Dr. Saahil Jumkhawala: Absolutely. And we look forward to seeing the results. Pivoting slightly, Dr. Moller, you recently published a groundbreaking study in the Journal of American Heart Association last July discussing the different phenotypic variants of cardiogenic shock. In that paper, they were divided into clusters of non-congested or one, cardiorenal or two and cardiometabolic or three shock. How do you think that the choice of Impella versus conventional circulatory support may vary across these phenotypes and do you see these groups being stratified in the future trials?

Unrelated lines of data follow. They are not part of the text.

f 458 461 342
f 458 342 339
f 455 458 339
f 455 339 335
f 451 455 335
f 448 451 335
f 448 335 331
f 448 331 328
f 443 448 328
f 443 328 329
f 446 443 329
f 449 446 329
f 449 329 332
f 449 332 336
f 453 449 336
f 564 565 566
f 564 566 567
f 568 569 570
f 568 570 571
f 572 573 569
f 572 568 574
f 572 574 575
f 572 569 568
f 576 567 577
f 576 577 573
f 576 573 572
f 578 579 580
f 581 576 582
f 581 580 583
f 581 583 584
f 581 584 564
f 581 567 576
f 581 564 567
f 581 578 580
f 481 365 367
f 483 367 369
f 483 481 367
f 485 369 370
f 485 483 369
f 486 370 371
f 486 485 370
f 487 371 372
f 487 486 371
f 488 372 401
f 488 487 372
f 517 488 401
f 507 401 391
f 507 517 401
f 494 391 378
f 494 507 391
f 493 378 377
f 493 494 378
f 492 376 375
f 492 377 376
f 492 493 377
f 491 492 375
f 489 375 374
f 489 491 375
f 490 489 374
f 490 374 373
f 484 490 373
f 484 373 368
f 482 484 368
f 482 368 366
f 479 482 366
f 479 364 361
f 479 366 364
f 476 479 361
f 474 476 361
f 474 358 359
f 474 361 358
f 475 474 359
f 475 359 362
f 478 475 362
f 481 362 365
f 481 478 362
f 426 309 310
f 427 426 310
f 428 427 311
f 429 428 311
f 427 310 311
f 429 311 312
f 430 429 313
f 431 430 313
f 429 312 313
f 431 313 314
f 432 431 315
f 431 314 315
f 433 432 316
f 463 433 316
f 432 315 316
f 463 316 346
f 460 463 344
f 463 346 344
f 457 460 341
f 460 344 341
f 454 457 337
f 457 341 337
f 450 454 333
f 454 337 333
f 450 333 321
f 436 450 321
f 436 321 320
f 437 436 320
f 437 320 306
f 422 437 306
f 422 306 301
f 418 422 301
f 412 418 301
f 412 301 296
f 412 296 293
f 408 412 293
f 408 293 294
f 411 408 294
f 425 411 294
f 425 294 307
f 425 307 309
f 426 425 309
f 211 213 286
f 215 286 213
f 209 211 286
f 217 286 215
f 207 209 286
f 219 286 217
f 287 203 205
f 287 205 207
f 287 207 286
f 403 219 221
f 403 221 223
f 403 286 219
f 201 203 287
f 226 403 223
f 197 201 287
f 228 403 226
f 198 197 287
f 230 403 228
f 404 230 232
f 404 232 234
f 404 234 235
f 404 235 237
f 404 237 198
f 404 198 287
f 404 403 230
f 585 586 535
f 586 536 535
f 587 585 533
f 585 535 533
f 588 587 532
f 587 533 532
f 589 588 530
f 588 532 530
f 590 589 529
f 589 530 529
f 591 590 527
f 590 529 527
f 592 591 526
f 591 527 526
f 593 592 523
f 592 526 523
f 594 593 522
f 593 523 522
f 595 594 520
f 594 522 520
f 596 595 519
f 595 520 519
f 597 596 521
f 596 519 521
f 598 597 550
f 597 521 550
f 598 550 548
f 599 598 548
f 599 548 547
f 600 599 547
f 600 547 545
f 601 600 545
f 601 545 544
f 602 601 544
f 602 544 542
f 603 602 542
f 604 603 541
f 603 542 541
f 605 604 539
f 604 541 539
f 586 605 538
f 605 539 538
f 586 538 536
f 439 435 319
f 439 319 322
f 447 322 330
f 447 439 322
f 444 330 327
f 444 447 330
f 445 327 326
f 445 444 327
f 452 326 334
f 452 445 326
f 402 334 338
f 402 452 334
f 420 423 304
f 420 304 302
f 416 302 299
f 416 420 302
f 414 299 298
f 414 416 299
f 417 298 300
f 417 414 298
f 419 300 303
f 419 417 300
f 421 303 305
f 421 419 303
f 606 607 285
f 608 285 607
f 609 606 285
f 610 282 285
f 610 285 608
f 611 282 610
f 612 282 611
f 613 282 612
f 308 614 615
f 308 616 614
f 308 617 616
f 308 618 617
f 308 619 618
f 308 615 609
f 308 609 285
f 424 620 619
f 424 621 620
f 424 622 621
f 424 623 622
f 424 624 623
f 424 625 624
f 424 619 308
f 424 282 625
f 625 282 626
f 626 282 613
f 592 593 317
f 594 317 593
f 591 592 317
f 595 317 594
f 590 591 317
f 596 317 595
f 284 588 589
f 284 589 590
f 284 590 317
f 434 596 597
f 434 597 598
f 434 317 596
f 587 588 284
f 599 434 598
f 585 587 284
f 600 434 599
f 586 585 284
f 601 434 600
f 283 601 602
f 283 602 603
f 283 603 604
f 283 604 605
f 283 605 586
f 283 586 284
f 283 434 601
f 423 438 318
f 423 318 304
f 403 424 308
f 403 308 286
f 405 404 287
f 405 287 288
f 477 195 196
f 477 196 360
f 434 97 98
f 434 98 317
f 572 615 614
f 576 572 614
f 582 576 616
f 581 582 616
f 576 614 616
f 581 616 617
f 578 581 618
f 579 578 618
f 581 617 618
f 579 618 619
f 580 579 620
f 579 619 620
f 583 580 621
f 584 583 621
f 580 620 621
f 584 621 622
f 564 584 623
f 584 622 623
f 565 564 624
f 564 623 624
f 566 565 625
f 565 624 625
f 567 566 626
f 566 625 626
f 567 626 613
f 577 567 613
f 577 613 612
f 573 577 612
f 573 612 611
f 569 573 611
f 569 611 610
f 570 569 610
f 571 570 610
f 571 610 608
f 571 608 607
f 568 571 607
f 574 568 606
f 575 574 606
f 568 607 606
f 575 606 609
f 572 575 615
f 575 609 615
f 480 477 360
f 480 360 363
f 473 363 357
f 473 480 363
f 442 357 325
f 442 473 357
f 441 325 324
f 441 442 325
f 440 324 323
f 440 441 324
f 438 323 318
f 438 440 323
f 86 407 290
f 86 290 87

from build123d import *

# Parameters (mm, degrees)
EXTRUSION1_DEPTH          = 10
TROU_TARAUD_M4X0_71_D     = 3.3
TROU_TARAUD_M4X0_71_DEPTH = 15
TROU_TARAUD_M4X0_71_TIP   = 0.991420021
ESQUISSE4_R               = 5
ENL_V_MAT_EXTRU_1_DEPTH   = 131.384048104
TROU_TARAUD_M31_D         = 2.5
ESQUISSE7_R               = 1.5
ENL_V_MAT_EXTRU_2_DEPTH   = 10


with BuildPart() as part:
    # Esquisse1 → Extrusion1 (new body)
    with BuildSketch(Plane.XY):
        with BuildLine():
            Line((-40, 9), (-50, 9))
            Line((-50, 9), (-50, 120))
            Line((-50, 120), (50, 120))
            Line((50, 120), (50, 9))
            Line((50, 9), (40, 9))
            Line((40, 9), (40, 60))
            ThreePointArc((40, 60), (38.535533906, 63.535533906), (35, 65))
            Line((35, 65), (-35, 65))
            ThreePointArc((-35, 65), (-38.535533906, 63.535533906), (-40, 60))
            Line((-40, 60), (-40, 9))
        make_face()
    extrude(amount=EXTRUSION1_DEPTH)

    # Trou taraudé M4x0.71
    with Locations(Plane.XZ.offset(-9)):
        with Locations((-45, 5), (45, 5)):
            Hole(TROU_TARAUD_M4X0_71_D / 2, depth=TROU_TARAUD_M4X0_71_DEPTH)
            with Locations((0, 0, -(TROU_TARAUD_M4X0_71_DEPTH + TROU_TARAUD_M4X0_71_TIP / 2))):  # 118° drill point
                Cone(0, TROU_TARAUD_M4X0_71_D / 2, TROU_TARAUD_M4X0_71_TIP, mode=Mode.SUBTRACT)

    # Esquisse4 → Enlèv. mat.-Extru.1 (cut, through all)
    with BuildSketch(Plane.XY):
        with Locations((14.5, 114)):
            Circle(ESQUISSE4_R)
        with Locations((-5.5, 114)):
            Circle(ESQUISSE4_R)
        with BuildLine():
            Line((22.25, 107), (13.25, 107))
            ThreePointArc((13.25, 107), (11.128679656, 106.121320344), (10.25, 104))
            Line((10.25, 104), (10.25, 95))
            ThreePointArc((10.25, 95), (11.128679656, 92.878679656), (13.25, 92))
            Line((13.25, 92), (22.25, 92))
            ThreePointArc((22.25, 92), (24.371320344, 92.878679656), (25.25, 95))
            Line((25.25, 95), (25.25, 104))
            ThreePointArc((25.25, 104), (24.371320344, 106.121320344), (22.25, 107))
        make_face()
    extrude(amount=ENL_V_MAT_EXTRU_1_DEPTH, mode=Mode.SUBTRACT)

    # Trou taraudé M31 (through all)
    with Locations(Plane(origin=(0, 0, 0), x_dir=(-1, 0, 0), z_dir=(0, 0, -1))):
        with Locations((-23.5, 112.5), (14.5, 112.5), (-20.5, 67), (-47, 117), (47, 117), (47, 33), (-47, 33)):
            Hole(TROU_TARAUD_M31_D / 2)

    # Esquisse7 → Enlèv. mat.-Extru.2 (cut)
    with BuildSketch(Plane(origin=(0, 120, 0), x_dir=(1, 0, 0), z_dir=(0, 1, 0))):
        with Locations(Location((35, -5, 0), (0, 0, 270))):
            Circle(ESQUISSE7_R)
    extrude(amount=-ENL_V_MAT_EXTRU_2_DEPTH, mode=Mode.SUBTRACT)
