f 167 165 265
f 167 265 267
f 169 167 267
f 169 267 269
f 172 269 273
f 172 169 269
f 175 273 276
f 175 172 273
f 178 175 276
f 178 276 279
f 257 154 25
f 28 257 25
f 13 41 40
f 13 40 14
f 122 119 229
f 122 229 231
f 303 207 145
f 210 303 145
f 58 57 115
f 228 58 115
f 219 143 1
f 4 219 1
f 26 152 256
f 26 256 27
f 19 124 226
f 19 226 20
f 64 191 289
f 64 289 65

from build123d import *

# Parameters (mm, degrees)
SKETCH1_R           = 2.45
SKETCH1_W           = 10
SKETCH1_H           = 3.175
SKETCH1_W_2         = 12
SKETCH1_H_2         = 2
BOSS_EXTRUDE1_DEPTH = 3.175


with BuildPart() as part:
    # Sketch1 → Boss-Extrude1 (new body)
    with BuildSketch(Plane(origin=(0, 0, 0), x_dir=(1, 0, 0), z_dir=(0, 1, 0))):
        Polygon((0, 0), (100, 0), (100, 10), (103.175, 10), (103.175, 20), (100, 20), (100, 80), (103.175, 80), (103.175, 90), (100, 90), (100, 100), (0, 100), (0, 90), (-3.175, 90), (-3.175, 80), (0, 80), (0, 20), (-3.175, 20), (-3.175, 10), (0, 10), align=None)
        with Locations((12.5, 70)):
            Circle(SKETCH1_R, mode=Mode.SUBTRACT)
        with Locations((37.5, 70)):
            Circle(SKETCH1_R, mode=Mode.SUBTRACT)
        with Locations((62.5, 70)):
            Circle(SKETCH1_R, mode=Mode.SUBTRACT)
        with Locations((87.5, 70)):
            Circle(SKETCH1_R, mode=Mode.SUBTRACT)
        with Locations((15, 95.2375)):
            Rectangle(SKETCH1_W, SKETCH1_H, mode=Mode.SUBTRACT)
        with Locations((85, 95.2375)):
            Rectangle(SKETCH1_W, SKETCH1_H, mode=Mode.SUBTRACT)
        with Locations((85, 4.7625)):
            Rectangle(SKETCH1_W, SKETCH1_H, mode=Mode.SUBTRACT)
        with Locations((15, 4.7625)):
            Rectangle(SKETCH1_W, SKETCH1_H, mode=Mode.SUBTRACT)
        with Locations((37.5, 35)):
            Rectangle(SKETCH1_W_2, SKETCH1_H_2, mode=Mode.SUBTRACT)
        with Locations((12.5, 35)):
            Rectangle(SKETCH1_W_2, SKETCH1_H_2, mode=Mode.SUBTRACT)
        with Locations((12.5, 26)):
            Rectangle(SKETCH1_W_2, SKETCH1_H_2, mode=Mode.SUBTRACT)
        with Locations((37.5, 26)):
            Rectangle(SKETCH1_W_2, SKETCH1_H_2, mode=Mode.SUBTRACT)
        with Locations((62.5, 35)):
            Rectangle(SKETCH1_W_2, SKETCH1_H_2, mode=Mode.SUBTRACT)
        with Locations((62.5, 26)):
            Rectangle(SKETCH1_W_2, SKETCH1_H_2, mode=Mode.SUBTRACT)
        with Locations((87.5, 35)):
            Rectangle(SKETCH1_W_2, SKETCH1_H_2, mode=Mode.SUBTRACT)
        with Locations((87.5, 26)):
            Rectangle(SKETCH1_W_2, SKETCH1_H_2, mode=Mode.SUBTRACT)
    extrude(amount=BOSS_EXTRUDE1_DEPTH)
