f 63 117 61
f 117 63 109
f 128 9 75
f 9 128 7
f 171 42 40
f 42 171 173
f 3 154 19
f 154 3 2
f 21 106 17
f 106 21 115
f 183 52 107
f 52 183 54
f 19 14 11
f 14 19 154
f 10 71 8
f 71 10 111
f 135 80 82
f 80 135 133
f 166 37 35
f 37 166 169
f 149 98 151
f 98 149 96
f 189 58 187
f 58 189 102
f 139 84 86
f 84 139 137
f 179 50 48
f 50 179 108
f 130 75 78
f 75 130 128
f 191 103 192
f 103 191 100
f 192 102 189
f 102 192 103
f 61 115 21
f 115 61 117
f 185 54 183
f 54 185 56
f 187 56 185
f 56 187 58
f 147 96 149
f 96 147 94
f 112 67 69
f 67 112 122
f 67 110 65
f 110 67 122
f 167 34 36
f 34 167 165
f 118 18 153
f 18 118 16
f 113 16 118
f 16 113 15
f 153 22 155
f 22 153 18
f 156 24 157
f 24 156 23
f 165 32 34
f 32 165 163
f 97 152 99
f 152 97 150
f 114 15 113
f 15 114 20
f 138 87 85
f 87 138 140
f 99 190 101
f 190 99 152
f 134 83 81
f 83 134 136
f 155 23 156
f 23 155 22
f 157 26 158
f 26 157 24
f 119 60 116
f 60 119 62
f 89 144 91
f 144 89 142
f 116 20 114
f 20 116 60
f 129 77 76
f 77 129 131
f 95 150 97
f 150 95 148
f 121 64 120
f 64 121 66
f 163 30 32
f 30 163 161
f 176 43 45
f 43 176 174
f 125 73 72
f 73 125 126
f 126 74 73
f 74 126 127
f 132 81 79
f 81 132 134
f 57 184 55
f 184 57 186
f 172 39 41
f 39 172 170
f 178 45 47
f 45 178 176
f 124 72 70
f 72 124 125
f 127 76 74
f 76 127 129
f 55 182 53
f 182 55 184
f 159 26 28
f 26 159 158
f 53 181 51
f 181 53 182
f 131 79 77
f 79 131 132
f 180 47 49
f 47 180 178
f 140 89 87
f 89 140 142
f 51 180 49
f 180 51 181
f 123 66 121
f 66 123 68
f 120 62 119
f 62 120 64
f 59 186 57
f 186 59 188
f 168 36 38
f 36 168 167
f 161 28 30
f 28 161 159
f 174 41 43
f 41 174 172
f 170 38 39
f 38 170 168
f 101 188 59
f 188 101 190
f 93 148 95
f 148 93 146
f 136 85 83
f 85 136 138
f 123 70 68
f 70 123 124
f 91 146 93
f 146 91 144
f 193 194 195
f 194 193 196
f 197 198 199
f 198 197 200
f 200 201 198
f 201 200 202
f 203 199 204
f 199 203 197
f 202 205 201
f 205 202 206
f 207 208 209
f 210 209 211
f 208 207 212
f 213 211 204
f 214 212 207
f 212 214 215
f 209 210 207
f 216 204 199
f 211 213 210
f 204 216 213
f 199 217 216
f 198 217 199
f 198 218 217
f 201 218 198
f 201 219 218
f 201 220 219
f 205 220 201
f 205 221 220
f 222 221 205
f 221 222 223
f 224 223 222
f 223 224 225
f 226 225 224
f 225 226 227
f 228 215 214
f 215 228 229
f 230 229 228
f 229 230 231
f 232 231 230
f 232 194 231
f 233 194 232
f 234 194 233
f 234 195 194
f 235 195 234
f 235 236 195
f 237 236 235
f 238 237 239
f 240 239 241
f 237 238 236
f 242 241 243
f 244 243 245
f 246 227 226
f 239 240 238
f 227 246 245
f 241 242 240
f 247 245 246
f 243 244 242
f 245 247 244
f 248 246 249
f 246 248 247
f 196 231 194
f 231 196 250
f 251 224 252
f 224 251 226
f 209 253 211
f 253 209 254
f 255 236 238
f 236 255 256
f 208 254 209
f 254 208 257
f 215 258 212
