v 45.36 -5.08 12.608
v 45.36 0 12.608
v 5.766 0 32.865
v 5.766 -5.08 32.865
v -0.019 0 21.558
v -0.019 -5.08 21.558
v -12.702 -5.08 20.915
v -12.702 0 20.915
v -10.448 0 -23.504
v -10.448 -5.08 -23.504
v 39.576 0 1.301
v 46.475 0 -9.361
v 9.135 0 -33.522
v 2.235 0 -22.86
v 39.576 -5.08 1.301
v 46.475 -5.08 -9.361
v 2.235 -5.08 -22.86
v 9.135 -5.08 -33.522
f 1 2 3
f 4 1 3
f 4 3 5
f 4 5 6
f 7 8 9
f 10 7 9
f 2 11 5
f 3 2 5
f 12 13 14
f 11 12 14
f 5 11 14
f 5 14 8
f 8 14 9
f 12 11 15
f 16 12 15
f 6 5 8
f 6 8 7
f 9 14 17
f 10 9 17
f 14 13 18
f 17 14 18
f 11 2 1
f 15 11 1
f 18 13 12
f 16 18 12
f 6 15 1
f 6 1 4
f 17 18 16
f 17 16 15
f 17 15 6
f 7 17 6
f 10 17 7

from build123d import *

# Parameters (mm, degrees)
F2_DEPTH = 5.08
F3_DEPTH = 12.7
F4_DEPTH = 12.7
F5_DEPTH = 12.7


# Not quite as in the source:
# - the program builds the solid bodies; features that only make, move or delete a surface that nothing else refers to are left out


with BuildPart() as f2:
    # F1 (on Front) → F2 (new body)
    with BuildSketch(Plane.XZ):
        Polygon((39.5757543065, 1.3013935037), (-0.0187108435, 21.5584816091), (2.2353688255, -22.8598751128), align=None)
    extrude(amount=F2_DEPTH)

    # F3 (add): a face of the model
    f3_faces = [f2.faces().sort_by_distance(p)[0] for p in [
        (1.108328991, -2.54, -0.6506967518),
    ]]
    extrude(f3_faces, amount=F3_DEPTH)

    # F4 (add): a face of the model
    f4_faces = [f2.faces().sort_by_distance(p)[0] for p in [
        (20.905561566, -2.54, -10.7792408046),
    ]]
    extrude(f4_faces, amount=F4_DEPTH)

    # F5 (add): a face of the model
    f5_faces = [f2.faces().sort_by_distance(p)[0] for p in [
        (19.7785217315, -2.54, 11.4299375564),
    ]]
    extrude(f5_faces, amount=F5_DEPTH)


solid = f2.part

Dr. Jacob Eifer Moller: We are planning a sub-study based on these phenotypes in DanGer Shock to look into whether there will be an interaction with these phenotypes and the effect of the pump. I think it’s very important to look into phenotypes. Even in DanGer where we have attempted to have a homogeneous population only having STEMIs, excluding out of hospital cardiac arrest, that the population is very heterogeneous. So, we need to dive into does this device work as well in SCAI class C, as in SCAI class D or E, which are also represented in the study. Do these metabolic renal phenotypes, do they benefit the same way? And it can very well be that it is not the case that the cases that are more multi-morbid will have less effect and the more pure SCAI class C, low cardiac output, not a lot of comorbidities will have much better effect.

Dr. Saahil Jumkhawala: So, that will be exciting sub-studies and very crucial sub-studies and we will be challenged on power here in the study. So, it will not end with DanGer Shock. Even if it’s positive, we need more studies to understand this disease more because it’s so many diseases we call the same.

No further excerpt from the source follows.